[TASK BRIEF]: Return every line from the one with "#120=FACE_BOUND('',#119,.T.);" through the one with "#183=EDGE_LOOP('',(#182));", inclusive, exactly as it appears below.

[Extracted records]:

===

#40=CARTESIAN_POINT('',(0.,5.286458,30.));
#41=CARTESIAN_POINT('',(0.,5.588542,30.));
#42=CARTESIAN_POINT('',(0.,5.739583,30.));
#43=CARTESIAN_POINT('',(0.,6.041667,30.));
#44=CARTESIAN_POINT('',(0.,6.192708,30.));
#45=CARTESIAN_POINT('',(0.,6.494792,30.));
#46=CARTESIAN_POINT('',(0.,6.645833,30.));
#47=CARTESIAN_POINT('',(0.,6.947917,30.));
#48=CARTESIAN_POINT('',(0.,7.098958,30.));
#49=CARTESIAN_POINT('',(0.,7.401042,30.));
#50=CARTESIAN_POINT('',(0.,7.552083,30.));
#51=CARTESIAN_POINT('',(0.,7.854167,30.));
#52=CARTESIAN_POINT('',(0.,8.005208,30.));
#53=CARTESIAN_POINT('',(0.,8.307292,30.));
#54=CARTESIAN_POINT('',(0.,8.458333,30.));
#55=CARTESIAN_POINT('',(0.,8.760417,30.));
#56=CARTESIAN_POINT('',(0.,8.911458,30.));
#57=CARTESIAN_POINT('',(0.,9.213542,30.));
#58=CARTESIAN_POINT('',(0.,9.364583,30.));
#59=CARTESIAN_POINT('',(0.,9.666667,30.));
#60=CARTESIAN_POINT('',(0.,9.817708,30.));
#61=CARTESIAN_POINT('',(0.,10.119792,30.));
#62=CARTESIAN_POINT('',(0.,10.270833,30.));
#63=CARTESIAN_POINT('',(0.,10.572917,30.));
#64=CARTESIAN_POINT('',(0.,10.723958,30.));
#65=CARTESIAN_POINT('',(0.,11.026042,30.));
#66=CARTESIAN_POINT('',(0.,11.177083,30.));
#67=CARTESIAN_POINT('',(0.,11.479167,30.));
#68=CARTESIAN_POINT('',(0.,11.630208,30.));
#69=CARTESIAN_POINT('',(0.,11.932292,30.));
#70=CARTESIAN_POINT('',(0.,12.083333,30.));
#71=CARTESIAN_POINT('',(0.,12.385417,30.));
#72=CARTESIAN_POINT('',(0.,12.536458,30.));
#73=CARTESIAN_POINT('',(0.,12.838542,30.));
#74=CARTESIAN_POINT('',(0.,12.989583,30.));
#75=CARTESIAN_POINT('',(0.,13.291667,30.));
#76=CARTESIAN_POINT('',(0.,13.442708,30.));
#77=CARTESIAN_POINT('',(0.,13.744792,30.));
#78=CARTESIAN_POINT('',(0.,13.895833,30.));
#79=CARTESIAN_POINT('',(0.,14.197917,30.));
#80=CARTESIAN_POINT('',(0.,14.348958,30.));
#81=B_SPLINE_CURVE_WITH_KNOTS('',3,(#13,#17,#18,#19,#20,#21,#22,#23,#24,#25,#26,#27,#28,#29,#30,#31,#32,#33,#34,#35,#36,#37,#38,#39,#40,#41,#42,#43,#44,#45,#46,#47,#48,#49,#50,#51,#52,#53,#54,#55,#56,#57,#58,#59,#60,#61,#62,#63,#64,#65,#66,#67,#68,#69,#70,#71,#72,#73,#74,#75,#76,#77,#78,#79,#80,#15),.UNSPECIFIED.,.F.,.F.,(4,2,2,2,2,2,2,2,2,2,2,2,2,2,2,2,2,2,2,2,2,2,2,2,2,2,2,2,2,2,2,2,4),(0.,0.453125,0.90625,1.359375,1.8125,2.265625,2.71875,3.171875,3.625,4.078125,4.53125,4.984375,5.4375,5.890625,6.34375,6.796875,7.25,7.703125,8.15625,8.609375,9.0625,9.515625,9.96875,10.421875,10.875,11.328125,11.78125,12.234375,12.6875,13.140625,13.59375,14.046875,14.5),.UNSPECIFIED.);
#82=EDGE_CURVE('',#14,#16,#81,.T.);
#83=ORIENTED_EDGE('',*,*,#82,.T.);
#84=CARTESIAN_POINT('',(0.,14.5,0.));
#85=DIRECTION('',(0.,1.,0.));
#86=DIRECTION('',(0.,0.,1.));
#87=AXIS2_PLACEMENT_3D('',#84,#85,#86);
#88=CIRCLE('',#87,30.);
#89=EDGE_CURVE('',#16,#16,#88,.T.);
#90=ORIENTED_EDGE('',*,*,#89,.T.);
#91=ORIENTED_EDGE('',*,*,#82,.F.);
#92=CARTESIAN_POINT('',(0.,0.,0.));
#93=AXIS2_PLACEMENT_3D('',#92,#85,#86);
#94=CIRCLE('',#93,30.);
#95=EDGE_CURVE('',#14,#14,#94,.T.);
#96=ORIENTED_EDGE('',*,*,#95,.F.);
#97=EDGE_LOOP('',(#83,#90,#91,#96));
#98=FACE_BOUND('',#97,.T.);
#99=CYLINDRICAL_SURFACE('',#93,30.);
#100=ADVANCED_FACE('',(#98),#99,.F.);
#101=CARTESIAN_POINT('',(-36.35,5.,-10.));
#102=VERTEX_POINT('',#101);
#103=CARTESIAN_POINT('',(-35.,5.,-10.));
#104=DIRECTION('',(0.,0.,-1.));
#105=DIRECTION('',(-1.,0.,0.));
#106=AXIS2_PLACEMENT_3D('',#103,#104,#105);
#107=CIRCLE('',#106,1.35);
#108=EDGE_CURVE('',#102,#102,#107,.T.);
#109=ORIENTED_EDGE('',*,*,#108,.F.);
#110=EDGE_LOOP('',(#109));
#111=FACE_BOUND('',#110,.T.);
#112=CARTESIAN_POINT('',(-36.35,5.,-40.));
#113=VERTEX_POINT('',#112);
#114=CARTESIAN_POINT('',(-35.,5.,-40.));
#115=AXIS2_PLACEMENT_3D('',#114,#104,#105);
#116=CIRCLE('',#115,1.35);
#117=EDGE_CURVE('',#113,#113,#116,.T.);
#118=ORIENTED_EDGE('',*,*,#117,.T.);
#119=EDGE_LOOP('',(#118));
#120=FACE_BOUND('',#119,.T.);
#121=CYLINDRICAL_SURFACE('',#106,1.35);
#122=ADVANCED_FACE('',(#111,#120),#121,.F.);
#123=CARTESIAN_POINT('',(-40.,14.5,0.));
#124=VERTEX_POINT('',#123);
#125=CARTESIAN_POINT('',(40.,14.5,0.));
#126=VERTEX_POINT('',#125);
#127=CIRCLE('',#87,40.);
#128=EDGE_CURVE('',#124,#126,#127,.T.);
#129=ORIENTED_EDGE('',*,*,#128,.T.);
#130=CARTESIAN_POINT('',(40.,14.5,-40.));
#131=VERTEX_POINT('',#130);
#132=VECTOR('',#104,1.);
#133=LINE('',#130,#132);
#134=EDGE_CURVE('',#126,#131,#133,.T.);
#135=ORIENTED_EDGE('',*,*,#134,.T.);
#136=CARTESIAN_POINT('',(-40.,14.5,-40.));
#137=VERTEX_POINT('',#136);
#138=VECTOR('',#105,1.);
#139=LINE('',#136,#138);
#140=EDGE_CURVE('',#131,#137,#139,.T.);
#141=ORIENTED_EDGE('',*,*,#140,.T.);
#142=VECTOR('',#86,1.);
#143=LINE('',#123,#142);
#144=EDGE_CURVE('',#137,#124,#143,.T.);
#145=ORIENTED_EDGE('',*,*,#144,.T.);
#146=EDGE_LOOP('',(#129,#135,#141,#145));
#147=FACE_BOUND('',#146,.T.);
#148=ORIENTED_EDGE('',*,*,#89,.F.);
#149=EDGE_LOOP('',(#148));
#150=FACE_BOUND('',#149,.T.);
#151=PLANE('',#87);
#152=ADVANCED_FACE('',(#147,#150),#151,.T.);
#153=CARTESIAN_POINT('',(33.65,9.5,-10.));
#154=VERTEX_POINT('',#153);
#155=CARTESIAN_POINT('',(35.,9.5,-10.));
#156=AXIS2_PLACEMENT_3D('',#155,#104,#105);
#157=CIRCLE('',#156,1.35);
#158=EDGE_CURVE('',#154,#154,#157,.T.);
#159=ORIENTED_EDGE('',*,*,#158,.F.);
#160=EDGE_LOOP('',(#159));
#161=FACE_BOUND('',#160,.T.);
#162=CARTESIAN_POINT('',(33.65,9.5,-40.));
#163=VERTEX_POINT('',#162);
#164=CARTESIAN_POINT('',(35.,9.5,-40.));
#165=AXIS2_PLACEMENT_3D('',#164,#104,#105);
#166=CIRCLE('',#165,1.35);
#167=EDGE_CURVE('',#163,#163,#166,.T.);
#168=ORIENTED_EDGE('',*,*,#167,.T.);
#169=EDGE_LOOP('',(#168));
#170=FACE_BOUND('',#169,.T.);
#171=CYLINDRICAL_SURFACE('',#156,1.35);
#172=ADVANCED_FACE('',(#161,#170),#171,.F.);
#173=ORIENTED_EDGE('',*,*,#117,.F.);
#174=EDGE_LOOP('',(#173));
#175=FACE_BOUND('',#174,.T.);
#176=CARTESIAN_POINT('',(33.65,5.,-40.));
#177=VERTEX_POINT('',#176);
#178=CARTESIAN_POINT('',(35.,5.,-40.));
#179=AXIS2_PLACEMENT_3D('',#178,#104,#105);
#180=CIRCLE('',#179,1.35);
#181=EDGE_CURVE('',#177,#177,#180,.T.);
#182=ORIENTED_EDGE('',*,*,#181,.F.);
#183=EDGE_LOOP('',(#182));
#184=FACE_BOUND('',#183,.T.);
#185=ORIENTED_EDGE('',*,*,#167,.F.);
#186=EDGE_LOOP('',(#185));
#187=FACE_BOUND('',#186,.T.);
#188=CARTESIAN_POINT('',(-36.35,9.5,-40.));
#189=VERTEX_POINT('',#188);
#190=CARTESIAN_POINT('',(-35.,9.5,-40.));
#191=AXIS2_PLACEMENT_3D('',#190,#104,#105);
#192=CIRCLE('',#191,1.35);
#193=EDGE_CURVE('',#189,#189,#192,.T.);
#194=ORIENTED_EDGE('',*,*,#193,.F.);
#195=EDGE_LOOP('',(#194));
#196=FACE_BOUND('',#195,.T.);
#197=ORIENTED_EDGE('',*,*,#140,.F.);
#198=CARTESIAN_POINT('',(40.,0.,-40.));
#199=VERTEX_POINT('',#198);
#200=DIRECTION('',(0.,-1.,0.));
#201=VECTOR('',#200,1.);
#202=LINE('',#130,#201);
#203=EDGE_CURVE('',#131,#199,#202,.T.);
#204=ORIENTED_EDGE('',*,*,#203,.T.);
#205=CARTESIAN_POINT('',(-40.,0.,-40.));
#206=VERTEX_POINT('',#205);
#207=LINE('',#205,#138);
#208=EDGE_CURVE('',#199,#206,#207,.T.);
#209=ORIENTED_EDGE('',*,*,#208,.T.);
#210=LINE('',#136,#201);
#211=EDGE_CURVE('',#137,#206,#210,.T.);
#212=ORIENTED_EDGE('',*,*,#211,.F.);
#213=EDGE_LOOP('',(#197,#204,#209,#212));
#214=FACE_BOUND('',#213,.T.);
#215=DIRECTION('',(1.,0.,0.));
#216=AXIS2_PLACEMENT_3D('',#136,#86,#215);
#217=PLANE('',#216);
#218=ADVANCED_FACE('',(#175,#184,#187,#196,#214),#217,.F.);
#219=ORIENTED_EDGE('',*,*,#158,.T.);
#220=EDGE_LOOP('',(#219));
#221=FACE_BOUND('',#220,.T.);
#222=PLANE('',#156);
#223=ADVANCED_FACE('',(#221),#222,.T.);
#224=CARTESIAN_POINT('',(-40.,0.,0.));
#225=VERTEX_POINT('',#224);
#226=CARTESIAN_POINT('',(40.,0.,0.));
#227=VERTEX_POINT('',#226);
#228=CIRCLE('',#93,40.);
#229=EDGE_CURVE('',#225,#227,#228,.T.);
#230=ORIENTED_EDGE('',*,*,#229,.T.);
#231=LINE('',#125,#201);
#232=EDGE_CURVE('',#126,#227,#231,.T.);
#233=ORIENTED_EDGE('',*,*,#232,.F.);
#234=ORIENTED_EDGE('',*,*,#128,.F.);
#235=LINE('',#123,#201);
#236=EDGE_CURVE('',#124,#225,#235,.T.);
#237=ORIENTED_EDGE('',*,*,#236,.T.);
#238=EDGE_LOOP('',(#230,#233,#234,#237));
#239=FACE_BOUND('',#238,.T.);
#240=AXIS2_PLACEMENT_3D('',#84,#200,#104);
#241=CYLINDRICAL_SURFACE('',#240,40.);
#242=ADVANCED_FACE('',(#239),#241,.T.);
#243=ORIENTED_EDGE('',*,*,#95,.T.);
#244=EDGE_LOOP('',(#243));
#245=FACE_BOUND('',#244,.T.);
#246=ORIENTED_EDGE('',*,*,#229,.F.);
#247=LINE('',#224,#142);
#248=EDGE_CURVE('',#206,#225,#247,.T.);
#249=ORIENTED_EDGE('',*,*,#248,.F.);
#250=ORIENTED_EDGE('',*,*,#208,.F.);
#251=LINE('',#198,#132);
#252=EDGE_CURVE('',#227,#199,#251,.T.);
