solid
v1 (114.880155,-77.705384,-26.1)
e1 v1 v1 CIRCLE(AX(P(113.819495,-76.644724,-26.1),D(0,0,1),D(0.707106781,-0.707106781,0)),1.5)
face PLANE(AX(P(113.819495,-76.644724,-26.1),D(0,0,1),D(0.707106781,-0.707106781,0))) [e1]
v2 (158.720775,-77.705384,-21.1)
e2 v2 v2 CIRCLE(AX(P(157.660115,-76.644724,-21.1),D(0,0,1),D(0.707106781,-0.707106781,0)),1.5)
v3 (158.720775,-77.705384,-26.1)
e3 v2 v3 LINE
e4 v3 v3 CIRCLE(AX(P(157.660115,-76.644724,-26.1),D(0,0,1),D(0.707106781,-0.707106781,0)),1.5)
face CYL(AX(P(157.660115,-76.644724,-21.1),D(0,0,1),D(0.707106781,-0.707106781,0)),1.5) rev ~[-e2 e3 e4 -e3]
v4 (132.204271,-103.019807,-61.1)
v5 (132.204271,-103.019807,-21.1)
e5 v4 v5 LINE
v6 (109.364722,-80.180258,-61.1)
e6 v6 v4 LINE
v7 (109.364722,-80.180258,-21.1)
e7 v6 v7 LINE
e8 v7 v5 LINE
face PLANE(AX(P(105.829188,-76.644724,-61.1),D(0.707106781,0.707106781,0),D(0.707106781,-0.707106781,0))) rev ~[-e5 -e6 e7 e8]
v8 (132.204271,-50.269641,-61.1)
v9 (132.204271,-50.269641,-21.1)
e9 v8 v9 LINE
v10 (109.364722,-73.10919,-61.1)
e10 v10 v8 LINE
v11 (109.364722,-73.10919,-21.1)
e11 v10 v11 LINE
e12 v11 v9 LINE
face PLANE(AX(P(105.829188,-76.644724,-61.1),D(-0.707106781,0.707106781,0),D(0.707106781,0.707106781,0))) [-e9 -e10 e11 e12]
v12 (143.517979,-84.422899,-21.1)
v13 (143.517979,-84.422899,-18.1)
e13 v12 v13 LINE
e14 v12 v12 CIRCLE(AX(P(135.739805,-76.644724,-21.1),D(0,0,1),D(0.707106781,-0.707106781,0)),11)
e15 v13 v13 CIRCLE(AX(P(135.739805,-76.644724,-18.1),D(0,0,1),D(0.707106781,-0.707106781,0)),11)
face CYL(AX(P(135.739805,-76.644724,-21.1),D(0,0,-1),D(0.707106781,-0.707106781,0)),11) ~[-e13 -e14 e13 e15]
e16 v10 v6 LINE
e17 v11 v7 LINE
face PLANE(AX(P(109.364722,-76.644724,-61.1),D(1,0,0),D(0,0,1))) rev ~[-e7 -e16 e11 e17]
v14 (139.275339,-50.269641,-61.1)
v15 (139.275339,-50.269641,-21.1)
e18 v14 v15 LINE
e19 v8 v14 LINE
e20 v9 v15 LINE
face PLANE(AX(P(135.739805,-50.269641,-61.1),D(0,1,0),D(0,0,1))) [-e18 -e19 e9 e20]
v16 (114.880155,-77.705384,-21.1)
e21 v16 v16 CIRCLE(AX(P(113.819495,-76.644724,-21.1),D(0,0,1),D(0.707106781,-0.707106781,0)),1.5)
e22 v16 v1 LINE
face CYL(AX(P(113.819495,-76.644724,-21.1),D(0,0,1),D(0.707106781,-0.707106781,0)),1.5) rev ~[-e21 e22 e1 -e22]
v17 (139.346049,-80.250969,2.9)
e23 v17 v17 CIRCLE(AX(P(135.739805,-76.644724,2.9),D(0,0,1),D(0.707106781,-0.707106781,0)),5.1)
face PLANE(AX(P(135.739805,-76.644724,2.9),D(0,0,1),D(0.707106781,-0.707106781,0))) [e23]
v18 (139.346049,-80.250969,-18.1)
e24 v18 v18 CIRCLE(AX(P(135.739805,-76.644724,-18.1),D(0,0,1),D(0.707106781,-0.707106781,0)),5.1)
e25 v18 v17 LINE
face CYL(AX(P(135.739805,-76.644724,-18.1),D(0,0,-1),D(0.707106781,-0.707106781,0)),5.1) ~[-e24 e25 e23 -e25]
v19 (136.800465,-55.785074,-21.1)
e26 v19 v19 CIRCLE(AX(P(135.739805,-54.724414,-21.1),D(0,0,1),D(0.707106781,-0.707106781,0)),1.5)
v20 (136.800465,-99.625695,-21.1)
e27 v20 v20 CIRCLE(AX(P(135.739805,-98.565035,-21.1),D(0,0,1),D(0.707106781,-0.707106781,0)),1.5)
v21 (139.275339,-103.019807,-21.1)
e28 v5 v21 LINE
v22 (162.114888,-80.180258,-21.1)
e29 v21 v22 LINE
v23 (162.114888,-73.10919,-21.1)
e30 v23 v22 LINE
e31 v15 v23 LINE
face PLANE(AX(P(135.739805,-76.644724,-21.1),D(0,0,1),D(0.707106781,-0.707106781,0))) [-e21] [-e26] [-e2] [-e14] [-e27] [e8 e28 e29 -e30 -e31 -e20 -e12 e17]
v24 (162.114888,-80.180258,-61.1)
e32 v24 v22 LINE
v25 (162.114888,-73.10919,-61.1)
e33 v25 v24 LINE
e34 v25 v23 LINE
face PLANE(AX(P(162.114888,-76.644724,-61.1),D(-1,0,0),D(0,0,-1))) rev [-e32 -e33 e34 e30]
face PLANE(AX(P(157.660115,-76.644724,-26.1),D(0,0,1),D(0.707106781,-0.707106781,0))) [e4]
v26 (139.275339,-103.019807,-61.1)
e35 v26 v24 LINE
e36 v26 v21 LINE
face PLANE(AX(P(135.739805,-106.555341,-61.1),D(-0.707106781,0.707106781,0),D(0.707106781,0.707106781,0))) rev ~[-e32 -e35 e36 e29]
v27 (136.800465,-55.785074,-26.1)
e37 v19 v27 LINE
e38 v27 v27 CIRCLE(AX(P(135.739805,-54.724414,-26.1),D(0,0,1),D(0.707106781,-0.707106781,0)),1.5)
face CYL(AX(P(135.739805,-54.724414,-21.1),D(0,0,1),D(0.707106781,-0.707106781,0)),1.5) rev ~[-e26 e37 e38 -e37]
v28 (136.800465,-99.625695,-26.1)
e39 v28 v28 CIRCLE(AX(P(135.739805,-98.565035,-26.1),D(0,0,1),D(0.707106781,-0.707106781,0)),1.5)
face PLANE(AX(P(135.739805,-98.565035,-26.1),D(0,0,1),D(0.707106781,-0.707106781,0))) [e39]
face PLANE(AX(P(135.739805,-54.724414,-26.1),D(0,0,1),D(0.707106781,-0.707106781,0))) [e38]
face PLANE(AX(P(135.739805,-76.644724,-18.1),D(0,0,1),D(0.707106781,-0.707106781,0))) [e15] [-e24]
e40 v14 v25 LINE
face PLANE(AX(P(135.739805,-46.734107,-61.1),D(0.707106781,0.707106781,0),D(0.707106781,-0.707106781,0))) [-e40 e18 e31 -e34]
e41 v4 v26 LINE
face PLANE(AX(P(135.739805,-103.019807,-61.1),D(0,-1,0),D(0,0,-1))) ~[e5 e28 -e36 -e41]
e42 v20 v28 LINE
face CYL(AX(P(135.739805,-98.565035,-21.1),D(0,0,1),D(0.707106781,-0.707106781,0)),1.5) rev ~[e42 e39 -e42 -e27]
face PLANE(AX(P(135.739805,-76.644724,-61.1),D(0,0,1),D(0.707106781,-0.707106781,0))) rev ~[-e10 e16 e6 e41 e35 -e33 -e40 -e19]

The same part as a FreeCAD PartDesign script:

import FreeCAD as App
import Part
import Sketcher
from FreeCAD import Vector


def edges_at(feature, points):
    """Names of the edges that pass closest to the given points."""
    edges = feature.Shape.Edges
    near = lambda p: min(range(len(edges)), key=lambda i: edges[i].distToShape(Part.Vertex(*p))[0])
    return sorted({f"Edge{near(p) + 1}" for p in points})

doc = App.newDocument("Part")
body = doc.addObject("PartDesign::Body", "Body")

# Sketch on XY plane
sketch1 = doc.addObject("Sketcher::SketchObject", "Sketch")
body.addObject(sketch1)
sketch1.AttachmentSupport = (doc.XY_Plane, [""])
sketch1.MapMode = "FlatFace"
sketch1.addGeometry([
    Part.LineSegment(Vector(-21.15, 21.15, 0), Vector(-21.15, -21.15, 0)),
    Part.LineSegment(Vector(-21.15, -21.15, 0), Vector(21.15, -21.15, 0)),
    Part.LineSegment(Vector(21.15, -21.15, 0), Vector(21.15, 21.15, 0)),
    Part.LineSegment(Vector(21.15, 21.15, 0), Vector(-21.15, 21.15, 0)),
], False)
sketch1.addConstraint([
    Sketcher.Constraint("Coincident", 0, 2, 1, 1),
    Sketcher.Constraint("Coincident", 1, 2, 2, 1),
    Sketcher.Constraint("Coincident", 2, 2, 3, 1),
    Sketcher.Constraint("Coincident", 3, 2, 0, 1),
    Sketcher.Constraint("Vertical", 0),
    Sketcher.Constraint("Horizontal", 1),
    Sketcher.Constraint("Vertical", 2),
    Sketcher.Constraint("Horizontal", 3),
    Sketcher.Constraint("Symmetric", 0, 2, 2, 2, -1, 1),
    Sketcher.Constraint("Equal", 3, 0),
    Sketcher.Constraint("DistanceX", 1, 1, 1, 2, 42.3),
])
pad1 = doc.addObject("PartDesign::Pad", "Pad")
body.addObject(pad1)
pad1.Profile = sketch1
pad1.Length = 40

# Sketch on XY plane
sketch2 = doc.addObject("Sketcher::SketchObject", "Sketch001")
body.addObject(sketch2)
sketch2.AttachmentSupport = (doc.XY_Plane, [""])
sketch2.MapMode = "FlatFace"
sketch2.AttachmentOffset = App.Placement(Vector(0, 0, 40), App.Rotation())
sketch2.addGeometry(Part.Circle(Vector(0, 0, 0), Vector(0, 0, 1), 11), False)
sketch2.addConstraint([
    Sketcher.Constraint("Coincident", 0, 3, -1, 1),
    Sketcher.Constraint("Diameter", 0, 22.0),
])
pad2 = doc.addObject("PartDesign::Pad", "Pad001")
body.addObject(pad2)
pad2.Profile = sketch2
pad2.Length = 3

# Sketch on XY plane
sketch3 = doc.addObject("Sketcher::SketchObject", "Sketch002")
body.addObject(sketch3)
sketch3.AttachmentSupport = (doc.XY_Plane, [""])
sketch3.MapMode = "FlatFace"
sketch3.AttachmentOffset = App.Placement(Vector(0, 0, 43), App.Rotation())
sketch3.addGeometry(Part.Circle(Vector(0, 0, 0), Vector(0, 0, 1), 5.1), False)
sketch3.addConstraint([
    Sketcher.Constraint("Coincident", 0, 3, -1, 1),
    Sketcher.Constraint("Diameter", 0, 10.2),
])
pad3 = doc.addObject("PartDesign::Pad", "Pad002")
body.addObject(pad3)
pad3.Profile = sketch3
pad3.Length = 21

# Sketch on XY plane
sketch4 = doc.addObject("Sketcher::SketchObject", "Sketch003")
body.addObject(sketch4)
sketch4.AttachmentSupport = (doc.XY_Plane, [""])
sketch4.MapMode = "FlatFace"
sketch4.AttachmentOffset = App.Placement(Vector(0, 0, 40), App.Rotation())
sketch4.addGeometry([
    Part.Circle(Vector(-15.5, 15.5, 0), Vector(0, 0, 1), 1.5),
    Part.Circle(Vector(15.5, 15.5, 0), Vector(0, 0, 1), 1.5),
    Part.Circle(Vector(15.5, -15.5, 0), Vector(0, 0, 1), 1.5),
    Part.Circle(Vector(-15.5, -15.5, 0), Vector(0, 0, 1), 1.5),
], False)
sketch4.addConstraint([
    Sketcher.Constraint("Equal", 0, 1),
    Sketcher.Constraint("Equal", 1, 2),
    Sketcher.Constraint("Equal", 2, 3),
    Sketcher.Constraint("Symmetric", 0, 3, 2, 3, -1, 1),
    Sketcher.Constraint("Symmetric", 1, 3, 3, 3, -1, 1),
    Sketcher.Constraint("Symmetric", 0, 3, 1, 3, -2),
    Sketcher.Constraint("Diameter", 0, 3.0),
    Sketcher.Constraint("DistanceX", 0, 3, 1, 3, 31.0),
    Sketcher.Constraint("DistanceY", 2, 3, 1, 3, 31.0),
])
pocket1 = doc.addObject("PartDesign::Pocket", "Pocket")
body.addObject(pocket1)
pocket1.Profile = sketch4
pocket1.Length = 5
doc.recompute()

chamfer = doc.addObject("PartDesign::Chamfer", "Chamfer")
body.addObject(chamfer)
chamfer.Base = (pocket1, edges_at(pocket1, [
    (21.15, 21.15, 20),
    (21.15, -21.15, 20),
    (-21.15, 21.15, 20),
    (-21.15, -21.15, 20),
]))
chamfer.Size = 5
body2 = doc.addObject("PartDesign::Body", "Body001")
doc.recompute()

body.Placement = App.Placement(Vector(135.739805, -76.644724, -61.1), App.Rotation(Vector(0, 0, -1), 45))
boolean = doc.addObject("PartDesign::Boolean", "Boolean")
body2.addObject(boolean)
boolean.Type = "Fuse"
boolean.addObjects([body])

doc.recompute()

===

[ANSWER BOX]:
#120=FACE_BOUND('',#119,.T.);
#121=CYLINDRICAL_SURFACE('',#106,1.35);
#122=ADVANCED_FACE('',(#111,#120),#121,.F.);
#123=CARTESIAN_POINT('',(-40.,14.5,0.));
#124=VERTEX_POINT('',#123);
#125=CARTESIAN_POINT('',(40.,14.5,0.));
#126=VERTEX_POINT('',#125);
#127=CIRCLE('',#87,40.);
#128=EDGE_CURVE('',#124,#126,#127,.T.);
#129=ORIENTED_EDGE('',*,*,#128,.T.);
#130=CARTESIAN_POINT('',(40.,14.5,-40.));
#131=VERTEX_POINT('',#130);
#132=VECTOR('',#104,1.);
#133=LINE('',#130,#132);
#134=EDGE_CURVE('',#126,#131,#133,.T.);
#135=ORIENTED_EDGE('',*,*,#134,.T.);
#136=CARTESIAN_POINT('',(-40.,14.5,-40.));
#137=VERTEX_POINT('',#136);
#138=VECTOR('',#105,1.);
#139=LINE('',#136,#138);
#140=EDGE_CURVE('',#131,#137,#139,.T.);
#141=ORIENTED_EDGE('',*,*,#140,.T.);
#142=VECTOR('',#86,1.);
#143=LINE('',#123,#142);
#144=EDGE_CURVE('',#137,#124,#143,.T.);
#145=ORIENTED_EDGE('',*,*,#144,.T.);
#146=EDGE_LOOP('',(#129,#135,#141,#145));
#147=FACE_BOUND('',#146,.T.);
#148=ORIENTED_EDGE('',*,*,#89,.F.);
#149=EDGE_LOOP('',(#148));
#150=FACE_BOUND('',#149,.T.);
#151=PLANE('',#87);
#152=ADVANCED_FACE('',(#147,#150),#151,.T.);
#153=CARTESIAN_POINT('',(33.65,9.5,-10.));
#154=VERTEX_POINT('',#153);
#155=CARTESIAN_POINT('',(35.,9.5,-10.));
#156=AXIS2_PLACEMENT_3D('',#155,#104,#105);
#157=CIRCLE('',#156,1.35);
#158=EDGE_CURVE('',#154,#154,#157,.T.);
#159=ORIENTED_EDGE('',*,*,#158,.F.);
#160=EDGE_LOOP('',(#159));
#161=FACE_BOUND('',#160,.T.);
#162=CARTESIAN_POINT('',(33.65,9.5,-40.));
#163=VERTEX_POINT('',#162);
#164=CARTESIAN_POINT('',(35.,9.5,-40.));
#165=AXIS2_PLACEMENT_3D('',#164,#104,#105);
#166=CIRCLE('',#165,1.35);
#167=EDGE_CURVE('',#163,#163,#166,.T.);
#168=ORIENTED_EDGE('',*,*,#167,.T.);
#169=EDGE_LOOP('',(#168));
#170=FACE_BOUND('',#169,.T.);
#171=CYLINDRICAL_SURFACE('',#156,1.35);
#172=ADVANCED_FACE('',(#161,#170),#171,.F.);
#173=ORIENTED_EDGE('',*,*,#117,.F.);
#174=EDGE_LOOP('',(#173));
#175=FACE_BOUND('',#174,.T.);
#176=CARTESIAN_POINT('',(33.65,5.,-40.));
#177=VERTEX_POINT('',#176);
#178=CARTESIAN_POINT('',(35.,5.,-40.));
#179=AXIS2_PLACEMENT_3D('',#178,#104,#105);
#180=CIRCLE('',#179,1.35);
#181=EDGE_CURVE('',#177,#177,#180,.T.);
#182=ORIENTED_EDGE('',*,*,#181,.F.);
#183=EDGE_LOOP('',(#182));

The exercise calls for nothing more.